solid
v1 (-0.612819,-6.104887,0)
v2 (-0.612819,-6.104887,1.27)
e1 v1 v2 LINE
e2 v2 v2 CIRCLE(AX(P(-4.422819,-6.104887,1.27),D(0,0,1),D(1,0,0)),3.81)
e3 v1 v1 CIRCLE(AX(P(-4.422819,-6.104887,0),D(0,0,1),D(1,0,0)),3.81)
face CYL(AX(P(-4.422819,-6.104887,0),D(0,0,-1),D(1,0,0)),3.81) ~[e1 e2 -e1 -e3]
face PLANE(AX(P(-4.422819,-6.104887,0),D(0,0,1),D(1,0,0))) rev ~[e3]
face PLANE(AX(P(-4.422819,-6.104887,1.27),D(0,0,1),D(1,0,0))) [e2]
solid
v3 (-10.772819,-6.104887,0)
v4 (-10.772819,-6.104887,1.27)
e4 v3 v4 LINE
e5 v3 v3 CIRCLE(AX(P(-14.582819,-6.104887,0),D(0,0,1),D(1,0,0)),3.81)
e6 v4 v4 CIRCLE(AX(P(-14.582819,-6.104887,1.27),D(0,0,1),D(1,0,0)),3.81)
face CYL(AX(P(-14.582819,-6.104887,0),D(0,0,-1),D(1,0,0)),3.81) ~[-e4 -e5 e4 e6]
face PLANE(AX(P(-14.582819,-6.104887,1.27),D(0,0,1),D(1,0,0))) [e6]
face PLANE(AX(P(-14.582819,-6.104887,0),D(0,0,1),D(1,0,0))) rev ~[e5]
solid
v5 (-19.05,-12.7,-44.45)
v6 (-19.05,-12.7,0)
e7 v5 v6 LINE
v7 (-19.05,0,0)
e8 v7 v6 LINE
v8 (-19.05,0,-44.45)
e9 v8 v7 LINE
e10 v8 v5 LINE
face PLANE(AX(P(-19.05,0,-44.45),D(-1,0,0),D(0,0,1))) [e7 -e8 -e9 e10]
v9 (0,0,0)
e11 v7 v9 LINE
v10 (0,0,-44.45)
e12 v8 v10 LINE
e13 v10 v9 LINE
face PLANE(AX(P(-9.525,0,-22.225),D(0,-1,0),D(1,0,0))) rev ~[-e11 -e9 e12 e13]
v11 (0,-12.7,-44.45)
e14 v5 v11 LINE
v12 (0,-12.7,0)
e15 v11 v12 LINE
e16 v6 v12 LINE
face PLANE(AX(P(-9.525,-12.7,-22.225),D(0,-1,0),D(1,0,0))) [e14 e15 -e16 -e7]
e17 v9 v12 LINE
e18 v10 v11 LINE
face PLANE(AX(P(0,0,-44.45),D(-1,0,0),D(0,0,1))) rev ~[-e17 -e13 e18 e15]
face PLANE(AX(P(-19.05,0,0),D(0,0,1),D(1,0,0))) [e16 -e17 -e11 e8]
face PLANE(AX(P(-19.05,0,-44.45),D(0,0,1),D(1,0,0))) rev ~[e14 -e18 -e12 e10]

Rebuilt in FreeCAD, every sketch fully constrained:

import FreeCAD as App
import Part
import Sketcher
Q = App.Units.Quantity


def add_polygon(sketch, points):
    """Adds a closed chain of lines whose ends are joined by coincident constraints."""
    first, n = sketch.GeometryCount, len(points)
    for a, b in zip(points, points[1:] + points[:1]):
        sketch.addGeometry(Part.LineSegment(App.Vector(*a, 0), App.Vector(*b, 0)), False)
    for i in range(n):
        sketch.addConstraint(Sketcher.Constraint("Coincident", first + i, 2, first + (i + 1) % n, 1))

doc = App.newDocument("Part")
params = doc.addObject("Spreadsheet::Sheet", "Params")
for row, (alias, value) in enumerate([
    ("sketch1_width", "0.75 in"),
    ("sketch1_height", "1.75 in"),
    ("pad1_length", "0.5 in"),
    ("sketch2_diameter", "0.3 in"),
    ("pad2_length", "0.05 in"),
], start=1):
    params.set(f"A{row}", alias)
    params.set(f"B{row}", "=" + value)
    params.setAlias(f"B{row}", alias)

body = doc.addObject("PartDesign::Body", "Body")

# Sketch on XZ plane
sketch1 = doc.addObject("Sketcher::SketchObject", "Sketch")
body.addObject(sketch1)
sketch1.AttachmentSupport = (doc.XZ_Plane, [""])
sketch1.MapMode = "FlatFace"
add_polygon(sketch1, [(-19.05, 0), (-19.05, -44.45), (0, -44.45), (0, 0)])  # lines 0-3
sketch1.addConstraint(Sketcher.Constraint("Vertical", 0))
sketch1.addConstraint(Sketcher.Constraint("Horizontal", 1))
sketch1.addConstraint(Sketcher.Constraint("Vertical", 2))
sketch1.addConstraint(Sketcher.Constraint("Horizontal", 3))
sketch1.addConstraint(Sketcher.Constraint("Coincident", 2, 2, -1, 1))
sketch1.addConstraint(Sketcher.Constraint("DistanceX", 1, 1, 1, 2, Q("0.75 in")))
sketch1.addConstraint(Sketcher.Constraint("DistanceY", 0, 2, 0, 1, Q("1.75 in")))
sketch1.setExpression("Constraints[9]", "Params.sketch1_width")
sketch1.setExpression("Constraints[10]", "Params.sketch1_height")
pad1 = doc.addObject("PartDesign::Pad", "Pad")
body.addObject(pad1)
pad1.Profile = sketch1
pad1.setExpression("Length", "Params.pad1_length")
body2 = doc.addObject("PartDesign::Body", "Body001")
body2.AllowCompound = True

# Sketch on XY plane
sketch2 = doc.addObject("Sketcher::SketchObject", "Sketch001")
body2.addObject(sketch2)
sketch2.AttachmentSupport = (doc.getObject("XY_Plane001"), [""])
sketch2.MapMode = "FlatFace"
sketch2.addGeometry(Part.Circle(App.Vector(-14.582819, -6.104887, 0), App.Vector(0, 0, 1), 3.81), False)
sketch2.addGeometry(Part.Circle(App.Vector(-4.422819, -6.104887, 0), App.Vector(0, 0, 1), 3.81), False)
sketch2.addConstraint(Sketcher.Constraint("Equal", 0, 1))
sketch2.addConstraint(Sketcher.Constraint("Horizontal", 0, 3, 1, 3))
sketch2.addConstraint(Sketcher.Constraint("Diameter", 0, Q("0.3 in")))
sketch2.addConstraint(Sketcher.Constraint("DistanceX", 0, 3, 1, 3, Q("0.4 in")))
sketch2.addConstraint(Sketcher.Constraint("DistanceX", 0, 3, -1, 1, 14.582819))
sketch2.addConstraint(Sketcher.Constraint("DistanceY", 0, 3, -1, 1, 6.104887))
sketch2.setExpression("Constraints[2]", "Params.sketch2_diameter")
pad2 = doc.addObject("PartDesign::Pad", "Pad001")
body2.addObject(pad2)
pad2.Profile = sketch2
pad2.setExpression("Length", "Params.pad2_length")

doc.recompute()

++++++

ABOUT THIS TASK:
When you answer, output all of the material exactly as it appears above.

RESPONSE:
solid
v1 (-0.612819,-6.104887,0)
v2 (-0.612819,-6.104887,1.27)
e1 v1 v2 LINE
e2 v2 v2 CIRCLE(AX(P(-4.422819,-6.104887,1.27),D(0,0,1),D(1,0,0)),3.81)
e3 v1 v1 CIRCLE(AX(P(-4.422819,-6.104887,0),D(0,0,1),D(1,0,0)),3.81)
face CYL(AX(P(-4.422819,-6.104887,0),D(0,0,-1),D(1,0,0)),3.81) ~[e1 e2 -e1 -e3]
face PLANE(AX(P(-4.422819,-6.104887,0),D(0,0,1),D(1,0,0))) rev ~[e3]
face PLANE(AX(P(-4.422819,-6.104887,1.27),D(0,0,1),D(1,0,0))) [e2]
solid
v3 (-10.772819,-6.104887,0)
v4 (-10.772819,-6.104887,1.27)
e4 v3 v4 LINE
e5 v3 v3 CIRCLE(AX(P(-14.582819,-6.104887,0),D(0,0,1),D(1,0,0)),3.81)
e6 v4 v4 CIRCLE(AX(P(-14.582819,-6.104887,1.27),D(0,0,1),D(1,0,0)),3.81)
face CYL(AX(P(-14.582819,-6.104887,0),D(0,0,-1),D(1,0,0)),3.81) ~[-e4 -e5 e4 e6]
face PLANE(AX(P(-14.582819,-6.104887,1.27),D(0,0,1),D(1,0,0))) [e6]
face PLANE(AX(P(-14.582819,-6.104887,0),D(0,0,1),D(1,0,0))) rev ~[e5]
solid
v5 (-19.05,-12.7,-44.45)
v6 (-19.05,-12.7,0)
e7 v5 v6 LINE
v7 (-19.05,0,0)
e8 v7 v6 LINE
v8 (-19.05,0,-44.45)
e9 v8 v7 LINE
e10 v8 v5 LINE
face PLANE(AX(P(-19.05,0,-44.45),D(-1,0,0),D(0,0,1))) [e7 -e8 -e9 e10]
v9 (0,0,0)
e11 v7 v9 LINE
v10 (0,0,-44.45)
e12 v8 v10 LINE
e13 v10 v9 LINE
face PLANE(AX(P(-9.525,0,-22.225),D(0,-1,0),D(1,0,0))) rev ~[-e11 -e9 e12 e13]
v11 (0,-12.7,-44.45)
e14 v5 v11 LINE
v12 (0,-12.7,0)
e15 v11 v12 LINE
e16 v6 v12 LINE
face PLANE(AX(P(-9.525,-12.7,-22.225),D(0,-1,0),D(1,0,0))) [e14 e15 -e16 -e7]
e17 v9 v12 LINE
e18 v10 v11 LINE
face PLANE(AX(P(0,0,-44.45),D(-1,0,0),D(0,0,1))) rev ~[-e17 -e13 e18 e15]
face PLANE(AX(P(-19.05,0,0),D(0,0,1),D(1,0,0))) [e16 -e17 -e11 e8]
face PLANE(AX(P(-19.05,0,-44.45),D(0,0,1),D(1,0,0))) rev ~[e14 -e18 -e12 e10]

Rebuilt in FreeCAD, every sketch fully constrained:

import FreeCAD as App
import Part
import Sketcher
Q = App.Units.Quantity


def add_polygon(sketch, points):
    """Adds a closed chain of lines whose ends are joined by coincident constraints."""
    first, n = sketch.GeometryCount, len(points)
    for a, b in zip(points, points[1:] + points[:1]):
        sketch.addGeometry(Part.LineSegment(App.Vector(*a, 0), App.Vector(*b, 0)), False)
    for i in range(n):
        sketch.addConstraint(Sketcher.Constraint("Coincident", first + i, 2, first + (i + 1) % n, 1))

doc = App.newDocument("Part")
params = doc.addObject("Spreadsheet::Sheet", "Params")
for row, (alias, value) in enumerate([
    ("sketch1_width", "0.75 in"),
    ("sketch1_height", "1.75 in"),
    ("pad1_length", "0.5 in"),
    ("sketch2_diameter", "0.3 in"),
    ("pad2_length", "0.05 in"),
], start=1):
    params.set(f"A{row}", alias)
    params.set(f"B{row}", "=" + value)
    params.setAlias(f"B{row}", alias)

body = doc.addObject("PartDesign::Body", "Body")

# Sketch on XZ plane
sketch1 = doc.addObject("Sketcher::SketchObject", "Sketch")
body.addObject(sketch1)
sketch1.AttachmentSupport = (doc.XZ_Plane, [""])
sketch1.MapMode = "FlatFace"
add_polygon(sketch1, [(-19.05, 0), (-19.05, -44.45), (0, -44.45), (0, 0)])  # lines 0-3
sketch1.addConstraint(Sketcher.Constraint("Vertical", 0))
sketch1.addConstraint(Sketcher.Constraint("Horizontal", 1))
sketch1.addConstraint(Sketcher.Constraint("Vertical", 2))
sketch1.addConstraint(Sketcher.Constraint("Horizontal", 3))
sketch1.addConstraint(Sketcher.Constraint("Coincident", 2, 2, -1, 1))
sketch1.addConstraint(Sketcher.Constraint("DistanceX", 1, 1, 1, 2, Q("0.75 in")))
sketch1.addConstraint(Sketcher.Constraint("DistanceY", 0, 2, 0, 1, Q("1.75 in")))
sketch1.setExpression("Constraints[9]", "Params.sketch1_width")
sketch1.setExpression("Constraints[10]", "Params.sketch1_height")
pad1 = doc.addObject("PartDesign::Pad", "Pad")
body.addObject(pad1)
pad1.Profile = sketch1
pad1.setExpression("Length", "Params.pad1_length")
body2 = doc.addObject("PartDesign::Body", "Body001")
body2.AllowCompound = True

# Sketch on XY plane
sketch2 = doc.addObject("Sketcher::SketchObject", "Sketch001")
body2.addObject(sketch2)
sketch2.AttachmentSupport = (doc.getObject("XY_Plane001"), [""])
sketch2.MapMode = "FlatFace"
sketch2.addGeometry(Part.Circle(App.Vector(-14.582819, -6.104887, 0), App.Vector(0, 0, 1), 3.81), False)
sketch2.addGeometry(Part.Circle(App.Vector(-4.422819, -6.104887, 0), App.Vector(0, 0, 1), 3.81), False)
sketch2.addConstraint(Sketcher.Constraint("Equal", 0, 1))
sketch2.addConstraint(Sketcher.Constraint("Horizontal", 0, 3, 1, 3))
sketch2.addConstraint(Sketcher.Constraint("Diameter", 0, Q("0.3 in")))
sketch2.addConstraint(Sketcher.Constraint("DistanceX", 0, 3, 1, 3, Q("0.4 in")))
sketch2.addConstraint(Sketcher.Constraint("DistanceX", 0, 3, -1, 1, 14.582819))
sketch2.addConstraint(Sketcher.Constraint("DistanceY", 0, 3, -1, 1, 6.104887))
sketch2.setExpression("Constraints[2]", "Params.sketch2_diameter")
pad2 = doc.addObject("PartDesign::Pad", "Pad001")
body2.addObject(pad2)
pad2.Profile = sketch2
pad2.setExpression("Length", "Params.pad2_length")

doc.recompute()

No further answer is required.